Катя рассказала, что среди сотрудников и сокамерников были ее читатели, которые были знакомы, например, с ее авторским циклом материалов “Если к вам пришли”.

— Были те, кто спрашивал: "Борисевич, вам когда выходить?". Когда меня этапировали с Володарки в Жодино, я встретила парня, который, я так понимаю, [находился там] по политической статье, и он спросил: "Сколько вам дали?". Я на пальцах показала шесть, он с ужасом: “Шесть лет?”. Я говорю: “Нет, нет, месяцев", — вспоминает Катя.

Про своих сокамерников журналистка говорит так: сидела с хорошими людьми. Среди них были студенты, которых задержали за акции, преподаватель БГУИР Ольга Филатченкова, Алла Шарко из Пресс-клуба.

— Какие моральные изменения произошли за это время? — спросили коллеги.

— Мне кажется, я теперь научилась на все безумные вещи смотреть спокойно. Сказать, что меня кто-то там сломал и я стала другой, я не могу. К моему большому удивлению оказалось, что я очень сильный человек, и это было приятно.
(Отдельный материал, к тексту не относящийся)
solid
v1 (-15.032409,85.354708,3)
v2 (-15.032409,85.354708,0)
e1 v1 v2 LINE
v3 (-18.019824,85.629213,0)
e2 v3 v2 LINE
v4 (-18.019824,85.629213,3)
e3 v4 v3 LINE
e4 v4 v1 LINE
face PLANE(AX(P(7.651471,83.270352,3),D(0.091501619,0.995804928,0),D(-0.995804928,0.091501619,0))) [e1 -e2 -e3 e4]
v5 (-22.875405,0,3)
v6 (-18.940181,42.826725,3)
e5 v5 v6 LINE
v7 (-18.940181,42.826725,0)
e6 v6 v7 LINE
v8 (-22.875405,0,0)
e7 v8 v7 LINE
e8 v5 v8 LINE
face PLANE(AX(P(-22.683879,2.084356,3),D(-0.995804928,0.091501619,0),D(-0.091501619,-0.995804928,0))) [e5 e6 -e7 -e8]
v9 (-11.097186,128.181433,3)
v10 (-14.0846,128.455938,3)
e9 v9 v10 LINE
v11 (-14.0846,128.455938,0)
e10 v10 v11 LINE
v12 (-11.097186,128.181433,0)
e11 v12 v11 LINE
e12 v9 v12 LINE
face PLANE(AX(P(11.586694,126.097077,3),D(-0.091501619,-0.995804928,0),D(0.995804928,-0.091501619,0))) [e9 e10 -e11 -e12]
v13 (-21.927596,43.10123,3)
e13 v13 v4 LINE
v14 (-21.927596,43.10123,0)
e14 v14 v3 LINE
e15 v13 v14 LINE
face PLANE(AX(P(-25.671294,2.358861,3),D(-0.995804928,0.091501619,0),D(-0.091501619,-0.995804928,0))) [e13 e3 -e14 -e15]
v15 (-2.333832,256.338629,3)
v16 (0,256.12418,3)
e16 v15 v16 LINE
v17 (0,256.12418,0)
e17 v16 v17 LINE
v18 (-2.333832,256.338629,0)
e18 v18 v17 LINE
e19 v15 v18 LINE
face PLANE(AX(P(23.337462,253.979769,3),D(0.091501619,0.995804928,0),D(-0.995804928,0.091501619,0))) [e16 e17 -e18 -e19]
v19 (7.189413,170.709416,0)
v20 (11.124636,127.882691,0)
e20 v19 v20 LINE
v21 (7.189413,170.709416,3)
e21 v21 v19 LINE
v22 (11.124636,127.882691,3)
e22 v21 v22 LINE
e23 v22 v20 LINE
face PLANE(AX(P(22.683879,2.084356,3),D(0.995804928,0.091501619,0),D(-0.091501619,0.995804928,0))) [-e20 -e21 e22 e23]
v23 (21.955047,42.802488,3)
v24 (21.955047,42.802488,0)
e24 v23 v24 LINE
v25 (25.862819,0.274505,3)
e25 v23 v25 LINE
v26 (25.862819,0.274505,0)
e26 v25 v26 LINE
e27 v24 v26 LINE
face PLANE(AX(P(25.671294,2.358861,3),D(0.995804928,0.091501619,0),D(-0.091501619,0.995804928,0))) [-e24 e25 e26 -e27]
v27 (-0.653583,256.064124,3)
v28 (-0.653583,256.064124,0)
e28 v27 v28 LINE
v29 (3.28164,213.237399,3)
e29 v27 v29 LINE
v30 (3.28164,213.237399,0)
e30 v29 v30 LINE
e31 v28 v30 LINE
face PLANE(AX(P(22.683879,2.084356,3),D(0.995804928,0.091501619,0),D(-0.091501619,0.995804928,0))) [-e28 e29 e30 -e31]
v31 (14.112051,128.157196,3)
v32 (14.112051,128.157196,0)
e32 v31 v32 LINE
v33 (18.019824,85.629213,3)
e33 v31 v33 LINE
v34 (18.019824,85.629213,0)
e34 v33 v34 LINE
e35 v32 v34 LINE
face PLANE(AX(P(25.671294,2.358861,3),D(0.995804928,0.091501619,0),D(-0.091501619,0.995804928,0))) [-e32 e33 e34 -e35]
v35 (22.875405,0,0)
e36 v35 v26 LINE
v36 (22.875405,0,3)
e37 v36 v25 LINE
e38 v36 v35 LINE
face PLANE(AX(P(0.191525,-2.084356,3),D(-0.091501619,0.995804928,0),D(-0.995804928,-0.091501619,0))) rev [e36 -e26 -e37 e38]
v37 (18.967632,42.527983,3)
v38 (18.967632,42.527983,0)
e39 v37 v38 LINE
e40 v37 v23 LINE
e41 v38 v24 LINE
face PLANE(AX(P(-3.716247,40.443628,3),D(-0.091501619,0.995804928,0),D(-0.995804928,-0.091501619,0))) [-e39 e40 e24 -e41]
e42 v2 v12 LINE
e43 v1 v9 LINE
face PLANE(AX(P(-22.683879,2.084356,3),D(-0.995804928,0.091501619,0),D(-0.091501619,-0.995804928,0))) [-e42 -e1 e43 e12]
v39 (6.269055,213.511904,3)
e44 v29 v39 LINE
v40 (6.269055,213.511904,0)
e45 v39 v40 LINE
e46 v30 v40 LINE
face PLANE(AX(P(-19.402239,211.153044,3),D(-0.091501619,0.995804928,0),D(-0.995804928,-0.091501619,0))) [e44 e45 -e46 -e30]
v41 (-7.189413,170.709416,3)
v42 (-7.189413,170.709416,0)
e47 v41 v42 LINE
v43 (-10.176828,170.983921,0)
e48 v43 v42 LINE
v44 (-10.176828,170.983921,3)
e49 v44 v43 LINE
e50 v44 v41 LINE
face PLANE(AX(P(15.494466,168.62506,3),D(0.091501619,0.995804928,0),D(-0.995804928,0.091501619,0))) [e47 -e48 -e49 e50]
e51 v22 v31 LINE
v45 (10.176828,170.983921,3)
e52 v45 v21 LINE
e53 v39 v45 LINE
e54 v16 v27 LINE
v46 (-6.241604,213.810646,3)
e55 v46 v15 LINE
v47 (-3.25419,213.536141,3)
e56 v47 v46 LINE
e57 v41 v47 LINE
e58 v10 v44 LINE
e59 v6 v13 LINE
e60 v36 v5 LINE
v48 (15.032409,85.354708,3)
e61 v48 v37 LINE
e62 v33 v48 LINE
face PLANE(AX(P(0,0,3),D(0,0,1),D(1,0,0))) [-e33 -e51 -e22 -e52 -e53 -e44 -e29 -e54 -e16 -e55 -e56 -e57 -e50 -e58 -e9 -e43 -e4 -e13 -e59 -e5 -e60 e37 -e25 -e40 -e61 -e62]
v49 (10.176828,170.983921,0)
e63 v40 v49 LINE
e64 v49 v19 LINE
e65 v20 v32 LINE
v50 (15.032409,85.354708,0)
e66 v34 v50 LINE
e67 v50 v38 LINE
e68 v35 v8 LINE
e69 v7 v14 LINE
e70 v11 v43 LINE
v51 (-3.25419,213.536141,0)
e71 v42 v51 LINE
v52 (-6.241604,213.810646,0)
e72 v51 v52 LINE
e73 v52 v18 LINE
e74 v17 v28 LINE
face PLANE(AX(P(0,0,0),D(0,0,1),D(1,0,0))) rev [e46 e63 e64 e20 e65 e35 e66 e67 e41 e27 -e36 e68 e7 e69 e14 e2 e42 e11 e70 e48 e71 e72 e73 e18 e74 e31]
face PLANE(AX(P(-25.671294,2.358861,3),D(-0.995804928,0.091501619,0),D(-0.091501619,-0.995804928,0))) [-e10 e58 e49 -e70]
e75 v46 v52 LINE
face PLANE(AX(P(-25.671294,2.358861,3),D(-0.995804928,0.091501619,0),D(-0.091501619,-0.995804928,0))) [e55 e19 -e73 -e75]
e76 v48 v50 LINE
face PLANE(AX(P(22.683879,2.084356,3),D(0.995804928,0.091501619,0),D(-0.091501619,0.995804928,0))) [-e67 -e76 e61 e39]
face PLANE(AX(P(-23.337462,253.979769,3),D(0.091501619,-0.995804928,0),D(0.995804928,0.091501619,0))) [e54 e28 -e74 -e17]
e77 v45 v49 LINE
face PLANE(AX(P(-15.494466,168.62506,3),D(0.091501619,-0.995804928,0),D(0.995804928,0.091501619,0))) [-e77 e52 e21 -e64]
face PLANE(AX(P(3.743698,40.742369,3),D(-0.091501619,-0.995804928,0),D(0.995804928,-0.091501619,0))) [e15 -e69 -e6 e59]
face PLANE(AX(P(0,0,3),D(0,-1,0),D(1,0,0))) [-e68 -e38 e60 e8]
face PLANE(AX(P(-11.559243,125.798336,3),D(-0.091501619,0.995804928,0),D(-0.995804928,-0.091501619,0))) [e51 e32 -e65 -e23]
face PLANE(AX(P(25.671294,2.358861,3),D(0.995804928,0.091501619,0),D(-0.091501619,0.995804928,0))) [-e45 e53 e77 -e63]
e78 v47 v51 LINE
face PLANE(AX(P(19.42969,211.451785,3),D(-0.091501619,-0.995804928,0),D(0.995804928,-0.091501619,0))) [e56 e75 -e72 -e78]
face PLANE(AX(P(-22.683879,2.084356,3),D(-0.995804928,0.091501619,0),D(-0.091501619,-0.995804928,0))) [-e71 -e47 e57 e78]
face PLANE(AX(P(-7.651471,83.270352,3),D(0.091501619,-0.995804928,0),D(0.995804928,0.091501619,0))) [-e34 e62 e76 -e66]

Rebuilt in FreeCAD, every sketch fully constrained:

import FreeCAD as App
import Part
import Sketcher

V = App.Vector

doc = App.newDocument("Part")
body = doc.addObject("PartDesign::Body", "Body")

# Sketch on XY plane
sketch1 = body.newObject("Sketcher::SketchObject", "Sketch")
sketch1.AttachmentSupport = (doc.getObject("XY_Plane"), [""])
sketch1.MapMode = "FlatFace"
sketch1.addGeometry(Part.LineSegment(V(-0.653583, 256.064124, 0), V(0, 256.12418, 0)), False)
sketch1.addGeometry(Part.LineSegment(V(0, 256.12418, 0), V(-2.333832, 256.338629, 0)), False)
sketch1.addGeometry(Part.LineSegment(V(-2.333832, 256.338629, 0), V(-6.241604, 213.810646, 0)), False)
sketch1.addGeometry(Part.LineSegment(V(-6.241604, 213.810646, 0), V(-3.25419, 213.536141, 0)), False)
sketch1.addGeometry(Part.LineSegment(V(-3.25419, 213.536141, 0), V(-7.189413, 170.709416, 0)), False)
sketch1.addGeometry(Part.LineSegment(V(-7.189413, 170.709416, 0), V(-10.176828, 170.983921, 0)), False)
sketch1.addGeometry(Part.LineSegment(V(-10.176828, 170.983921, 0), V(-14.0846, 128.455938, 0)), False)
sketch1.addGeometry(Part.LineSegment(V(-14.0846, 128.455938, 0), V(-11.097186, 128.181433, 0)), False)
sketch1.addGeometry(Part.LineSegment(V(-11.097186, 128.181433, 0), V(-15.032409, 85.354708, 0)), False)
sketch1.addGeometry(Part.LineSegment(V(-15.032409, 85.354708, 0), V(-18.019824, 85.629213, 0)), False)
sketch1.addGeometry(Part.LineSegment(V(-18.019824, 85.629213, 0), V(-21.927596, 43.10123, 0)), False)
sketch1.addGeometry(Part.LineSegment(V(-21.927596, 43.10123, 0), V(-18.940181, 42.826725, 0)), False)
sketch1.addGeometry(Part.LineSegment(V(-18.940181, 42.826725, 0), V(-22.875405, 0, 0)), False)
sketch1.addGeometry(Part.LineSegment(V(-22.875405, 0, 0), V(22.875405, 0, 0)), False)
sketch1.addGeometry(Part.LineSegment(V(22.875405, 0, 0), V(25.862819, 0.274505, 0)), False)
sketch1.addGeometry(Part.LineSegment(V(25.862819, 0.274505, 0), V(21.955047, 42.802488, 0)), False)
sketch1.addGeometry(Part.LineSegment(V(21.955047, 42.802488, 0), V(18.967632, 42.527983, 0)), False)
sketch1.addGeometry(Part.LineSegment(V(18.967632, 42.527983, 0), V(15.032409, 85.354708, 0)), False)
sketch1.addGeometry(Part.LineSegment(V(15.032409, 85.354708, 0), V(18.019824, 85.629213, 0)), False)
sketch1.addGeometry(Part.LineSegment(V(18.019824, 85.629213, 0), V(14.112051, 128.157196, 0)), False)
sketch1.addGeometry(Part.LineSegment(V(14.112051, 128.157196, 0), V(11.124636, 127.882691, 0)), False)
sketch1.addGeometry(Part.LineSegment(V(11.124636, 127.882691, 0), V(7.189413, 170.709416, 0)), False)
sketch1.addGeometry(Part.LineSegment(V(7.189413, 170.709416, 0), V(10.176828, 170.983921, 0)), False)
sketch1.addGeometry(Part.LineSegment(V(10.176828, 170.983921, 0), V(6.269055, 213.511904, 0)), False)
sketch1.addGeometry(Part.LineSegment(V(6.269055, 213.511904, 0), V(3.28164, 213.237399, 0)), False)
sketch1.addGeometry(Part.LineSegment(V(3.28164, 213.237399, 0), V(-0.653583, 256.064124, 0)), False)
sketch1.addConstraint(Sketcher.Constraint("Coincident", 0, 2, 1, 1))
sketch1.addConstraint(Sketcher.Constraint("Coincident", 1, 2, 2, 1))
sketch1.addConstraint(Sketcher.Constraint("Coincident", 2, 2, 3, 1))
sketch1.addConstraint(Sketcher.Constraint("Coincident", 3, 2, 4, 1))
sketch1.addConstraint(Sketcher.Constraint("Coincident", 4, 2, 5, 1))
sketch1.addConstraint(Sketcher.Constraint("Coincident", 5, 2, 6, 1))
sketch1.addConstraint(Sketcher.Constraint("Coincident", 6, 2, 7, 1))
sketch1.addConstraint(Sketcher.Constraint("Coincident", 7, 2, 8, 1))
sketch1.addConstraint(Sketcher.Constraint("Coincident", 8, 2, 9, 1))
sketch1.addConstraint(Sketcher.Constraint("Coincident", 9, 2, 10, 1))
Плакала я первый раз от радости — через месяц, когда освободили уже на тот момент близкого мне человека. Да, у меня были моменты в первые дни, когда, может, и хотелось поплакать, но когда я увидела в камере студентов 19-20 лет, а у меня дочке 18, поняла, — это не мой вариант.

Даже в тюрьме есть хорошие, счастливые дни, говорит Катя.

— Но это не потому, что тебе кто-то создает такие условия, а ты сам это делаешь. Я брала максимум из того, что могла взять. С меня все даже смеялись: я раскладывала открытки Италии, какие-то наклейки, ставила кофеек (это просто кофе в алюминиевой кружке) и так создавала свой мир. При этом я понимала, что нахожусь в колонии, но осознавала, что то, как я буду себя чувствовать, зависит только от меня. Поэтому танцы, песни и хорошее настроение у нас было всегда.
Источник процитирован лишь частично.